DistillKit
PyTorch toolkit for model optimization.
Overview
In experiments, DistillKit retained over 96% of the teacher model's accuracy while reducing model size by nearly 99%, enabling high-performance deployment on even the most constrained edge devices.
Approach
Knowledge Distillation
DistillKit implements Hinton's temperature-scaled distillation, combining soft targets from the teacher with the original hard labels. In the default configuration, a ResNet152 teacher trained for 50 epochs transfers its learned representations to a MobileNetV2 student trained for 20 epochs. The distillation process uses a temperature of 4.0 and a blending factor (α) of 0.7 to balance soft and hard losses.
Quantization
The pipeline supports both PTQ and QAT. Models are quantized to INT8 precision, with fused layers and batch normalization folding to minimize accuracy loss. QAT allows the model to learn in its quantized state, improving resilience to precision reduction.
Optimization
Deployment performance is enhanced through layer fusion, batch normalization folding, and dynamic quantization for RNN layers. Optional advanced augmentations such as CutMix and MixUp are available to improve generalization.
Architecture
Teacher Model
ResNet152 with ImageNet pretraining, adapted for CIFAR-10's 32×32 input. Provides rich feature representations for distillation.
Student Model
MobileNetV2 optimized for CIFAR-10, with ~2.3M parameters compared to the teacher's ~60M. Uses depthwise separable convolutions for efficiency.
Quantizable Student
MobileNetV2 modified for quantization, with fused layers and QAT-ready modules. Supports both static and quantization-aware workflows.

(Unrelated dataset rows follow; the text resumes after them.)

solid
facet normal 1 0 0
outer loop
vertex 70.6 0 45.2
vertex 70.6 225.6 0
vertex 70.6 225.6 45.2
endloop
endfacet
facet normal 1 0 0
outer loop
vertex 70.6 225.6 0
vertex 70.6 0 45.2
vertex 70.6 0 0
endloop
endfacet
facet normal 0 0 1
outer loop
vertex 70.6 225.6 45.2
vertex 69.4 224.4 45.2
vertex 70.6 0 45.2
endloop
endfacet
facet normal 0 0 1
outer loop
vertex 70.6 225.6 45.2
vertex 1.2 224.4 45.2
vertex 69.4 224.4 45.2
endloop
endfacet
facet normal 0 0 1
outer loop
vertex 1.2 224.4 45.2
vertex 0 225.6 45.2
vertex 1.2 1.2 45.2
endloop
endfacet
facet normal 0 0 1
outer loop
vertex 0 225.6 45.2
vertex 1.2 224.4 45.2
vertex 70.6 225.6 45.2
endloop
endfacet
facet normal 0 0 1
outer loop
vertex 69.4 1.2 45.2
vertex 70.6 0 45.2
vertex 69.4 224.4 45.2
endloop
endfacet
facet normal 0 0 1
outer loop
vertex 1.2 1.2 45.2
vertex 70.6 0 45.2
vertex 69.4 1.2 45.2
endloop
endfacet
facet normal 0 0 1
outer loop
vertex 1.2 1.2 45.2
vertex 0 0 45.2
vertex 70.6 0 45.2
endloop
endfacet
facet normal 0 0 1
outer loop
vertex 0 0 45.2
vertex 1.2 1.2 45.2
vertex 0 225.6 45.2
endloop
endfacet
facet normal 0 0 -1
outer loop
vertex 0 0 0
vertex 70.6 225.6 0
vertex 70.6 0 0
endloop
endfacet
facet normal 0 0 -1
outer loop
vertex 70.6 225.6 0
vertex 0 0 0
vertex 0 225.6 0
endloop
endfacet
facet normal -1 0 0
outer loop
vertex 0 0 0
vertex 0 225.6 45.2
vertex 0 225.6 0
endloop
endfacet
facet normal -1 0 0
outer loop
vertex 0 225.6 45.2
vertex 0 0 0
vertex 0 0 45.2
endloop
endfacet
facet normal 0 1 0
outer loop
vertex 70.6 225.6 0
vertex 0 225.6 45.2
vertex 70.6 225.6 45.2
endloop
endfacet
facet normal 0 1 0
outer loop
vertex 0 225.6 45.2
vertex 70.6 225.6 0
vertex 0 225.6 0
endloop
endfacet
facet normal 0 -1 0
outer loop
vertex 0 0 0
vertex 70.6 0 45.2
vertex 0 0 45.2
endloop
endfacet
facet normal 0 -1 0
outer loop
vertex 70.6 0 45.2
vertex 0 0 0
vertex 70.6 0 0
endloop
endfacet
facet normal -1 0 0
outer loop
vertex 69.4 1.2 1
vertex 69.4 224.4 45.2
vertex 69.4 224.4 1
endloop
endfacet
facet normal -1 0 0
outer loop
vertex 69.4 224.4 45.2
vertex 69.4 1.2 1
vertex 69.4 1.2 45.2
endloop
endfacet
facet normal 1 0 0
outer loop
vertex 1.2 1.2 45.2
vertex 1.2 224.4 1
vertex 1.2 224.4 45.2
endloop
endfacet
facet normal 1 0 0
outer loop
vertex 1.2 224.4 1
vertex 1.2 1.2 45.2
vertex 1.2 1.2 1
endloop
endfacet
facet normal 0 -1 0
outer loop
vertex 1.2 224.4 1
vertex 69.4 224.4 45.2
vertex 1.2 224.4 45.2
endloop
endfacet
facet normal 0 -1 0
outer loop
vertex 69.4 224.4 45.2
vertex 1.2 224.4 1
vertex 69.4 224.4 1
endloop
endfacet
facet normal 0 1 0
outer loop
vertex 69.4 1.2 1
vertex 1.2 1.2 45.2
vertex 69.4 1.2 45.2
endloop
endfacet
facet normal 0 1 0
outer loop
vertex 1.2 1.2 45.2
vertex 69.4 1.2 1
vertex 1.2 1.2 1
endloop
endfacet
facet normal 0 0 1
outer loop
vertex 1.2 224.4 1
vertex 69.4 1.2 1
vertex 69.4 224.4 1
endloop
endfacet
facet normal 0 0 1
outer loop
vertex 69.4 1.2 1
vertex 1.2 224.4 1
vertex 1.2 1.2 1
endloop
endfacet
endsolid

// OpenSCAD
// Modulith (Jerrari Gen2) drawer insert generator
// Drop-in dividers for Modulith drawers, with or without a floor. Options follow Gridfinity Extended's
// basic cup where they apply (no lip, stacking, magnets or base pads).
// License: CC BY-NC-SA 4.0 (https://creativecommons.org/licenses/by-nc-sa/4.0/). Original work; not affiliated with Jerrari.
//
// Cavity formulas measured from the v2609 "decor drawer" STLs (59-270 deep, 1W-4W, 0.5H-2H):
//   width = 88*W - 17    depth = D - 14    height (floor top to rim) = 56*H - 7.8
// Drawer floor 1.8 thick, square cavity corners, no inside fillets or ribs. 2H drawers thin the side
// walls 0.4 mm mid-height; the rim still gates at 88W-17. Case: rim-to-ceiling gap 0.8 mm; stopper pins
// in the center floor rib hang 2 mm below the ceiling.
//
// Axes: X = width, Y = depth (Y=0 is the drawer front), Z up. Origin = outer front-left-bottom.
// Separator positions and spans may be given as negative percentages of the inner span (-50 = 50%).

/* [Drawer] */
// Modulith depth series
drawer_depth = 240; // [59, 115, 165, 185, 240, 270]
// Drawer width in Modulith units (1-4 measured, others extrapolated)
drawer_width = 1; // 0.5
// Drawer height in Modulith units (0.5-2 measured, others extrapolated)
drawer_height = 1; // [0.5, 1, 1.5, 2, 2.5, 3]
// Insert height; 0 = as tall as the drawer allows (see Fit Tweaking for headroom)
height = 0; // 0.1
// Case stopper pins hang into the drawer; when fitted, stopper depth is added to the headroom
drawer_stoppers = true;
// Curve smoothness of the model: draft renders fastest, fine is smoothest (slower)
quality = "normal"; // [draft, normal, fine]

/* [Perimeter Walls and Floor] */
// Outer wall thickness, mm. 0 = no outer walls, just dividers
wall_thickness = 1.2; // 0.1
// Floor thickness, mm. 0 = no floor
floor_thickness = 1.0; // 0.1

/* [Subdivisions] */
// Equal pockets across the width (dividers run front to back)
vertical_chambers = 1;
// Equal pockets front to back (dividers run left to right)
horizontal_chambers = 1;
// Place front-to-back dividers yourself instead of equally
vertical_irregular_subdivisions = false;
// Each divider: position from the left inner wall, or [position, from, to] for a partial divider measured
// from the front inner wall (to = 0 reaches the back). Negative values are percentages: -50 = 50%.
vertical_separator_config = [20, 45];
// Place left-to-right dividers yourself instead of equally
horizontal_irregular_subdivisions = false;
// Each divider: position from the front inner wall, or [position, from, to] measured from the left inner wall
horizontal_separator_config = [60, 120];

/* [Label] */
// normal = a shelf to stick a label on; pred = socket for pred's printable snap-in labels (Printables 592545)
label_style = "disabled"; // [disabled, normal, pred]
// Where the label sits along the wall; the *chamber options give every pocket its own label
label_position = "left"; // [left, right, center, leftchamber, rightchamber, centerchamber]
// Label shelf: width (0 = full wall or pocket), depth, height (0 = same as depth), edge radius; mm
label_size = [0, 14, 0, 0.8]; // 0.1
// Pocket in the shelf: width, depth, pocket depth; mm. 0 = fit the stock 1U pred label (normal: 0 = no pocket)
label_relief = [0, 0, 0]; // 0.1
// Outer walls that get labels: front, back, left, right
label_walls = [0, 1, 0, 0]; // [0:1:1]
// Labels on dividers too: on the front face of left-to-right dividers, the left face of front-to-back ones
label_dividers = "disabled"; // [disabled, horizontal, vertical, both]

/* [Finger Slide] */
// Rounded or sloped fill where the floor meets a wall, so small parts slide out to your fingers
fingerslide = "none"; // [none, rounded, chamfered]
// Size of the slide, mm; negative = a fraction of the pocket (-3 = one third)
fingerslide_radius = -3;
// Sides of each pocket that get a slide: front, back, left, right
fingerslide_walls = [1, 0, 0, 0]; // [0:1:1]

/* [Wall Cutout] */
// Finger notches in left-to-right walls: outer front/back and/or the dividers between pocket rows
wallcutout_vertical = "disabled"; // [disabled, enabled, inneronly, wallsonly, frontonly, backonly]
// Finger notches in front-to-back walls: outer left/right and/or the dividers between pocket columns
wallcutout_horizontal = "disabled"; // [disabled, enabled, inneronly, wallsonly, leftonly, rightonly]
// Where along each pocket, mm from its start; -2 = centered (other negatives = a fraction)
wallcutout_position = -2; // 0.1
// Notch width at its bottom, mm; 0 = half the pocket
wallcutout_width = 0; // 0.1
// Slope of the notch sides, degrees from horizontal
wallcutout_angle = 70;
// Notch depth from the top, mm; 0 = halfway down, -1 = to the floor
wallcutout_height = 0; // 0.1
// Rounding of the notch corners, mm
wallcutout_corner_radius = 5; // 0.1

/* [Bottom Text] */
// Engrave the drawer size on the underside (needs a floor)
text_1 = false;
// Engrave your own line too
text_2 = false;
text_2_text = "";
// Letter height, mm; 0 = automatic
text_size = 0; // 0.1
// Engraving depth, mm
text_depth = 0.3; // 0.01
text_font = "Liberation Sans";

/* [Fit Tweaking] */
// Fit slack: total mm removed from the insert's width and depth
clearance = [0.4, 0.4]; // 0.1
// Gap kept between the insert top and the drawer rim when height is 0 or a %; stopper depth is added to it if stoppers are on
headroom = 1.0; // 0.1
// How far the case stopper reaches below the ceiling, mm (used when drawer stoppers is on)
stopper_depth = 2; // 0.1
// Divider thickness at the bottom and top, mm; a thinner top makes a tapered divider
chamber_wall_thickness = [1.2, 1.2]; // 0.1
// Dividers end this far below the insert top, mm
chamber_wall_headroom = 0; // 0.1

/* [OpenSCAD Detail] */
// Expert override of quality: OpenSCAD $fa / $fs / $fn; 0 = set by quality
fa = 0;
fs = 0;
fn = 0;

Training produces multiple artifacts, including the teacher model, distilled student, baseline student, and both QAT and static quantized versions. Evaluation metrics, confusion matrices, and latency/throughput profiles are logged for analysis.
Results
Performance Summary
Teacher (ResNet152): ~96.6% accuracy, ~240MB size
Distilled Student (MobileNetV2): ~94% accuracy, ~9MB size — 27× smaller, 3× faster
QAT Quantized Student: ~93.5% accuracy, ~2.96MB size — 81× smaller, 5× faster
Baseline Student (no KD): ~91% accuracy, ~9MB size — 27× smaller, 3× faster
These results demonstrate that knowledge distillation combined with quantization can retain high accuracy while achieving massive efficiency gains, enabling real-time inference on constrained hardware.
Potential Applications
While CIFAR-10 serves as the benchmark task, the methods extend to other domains — including real-world edge AI deployments like wildlife detection, mobile NLP, and embedded vision systems.
Future Directions
DistillKit is built for extensibility. The modular structure makes it easy to experiment with new teacher/student architectures, alternative loss functions, and custom quantization schemes. Future work includes applying the pipeline to specialized datasets for low-power edge deployments, such as wildfire detection in remote sensor networks.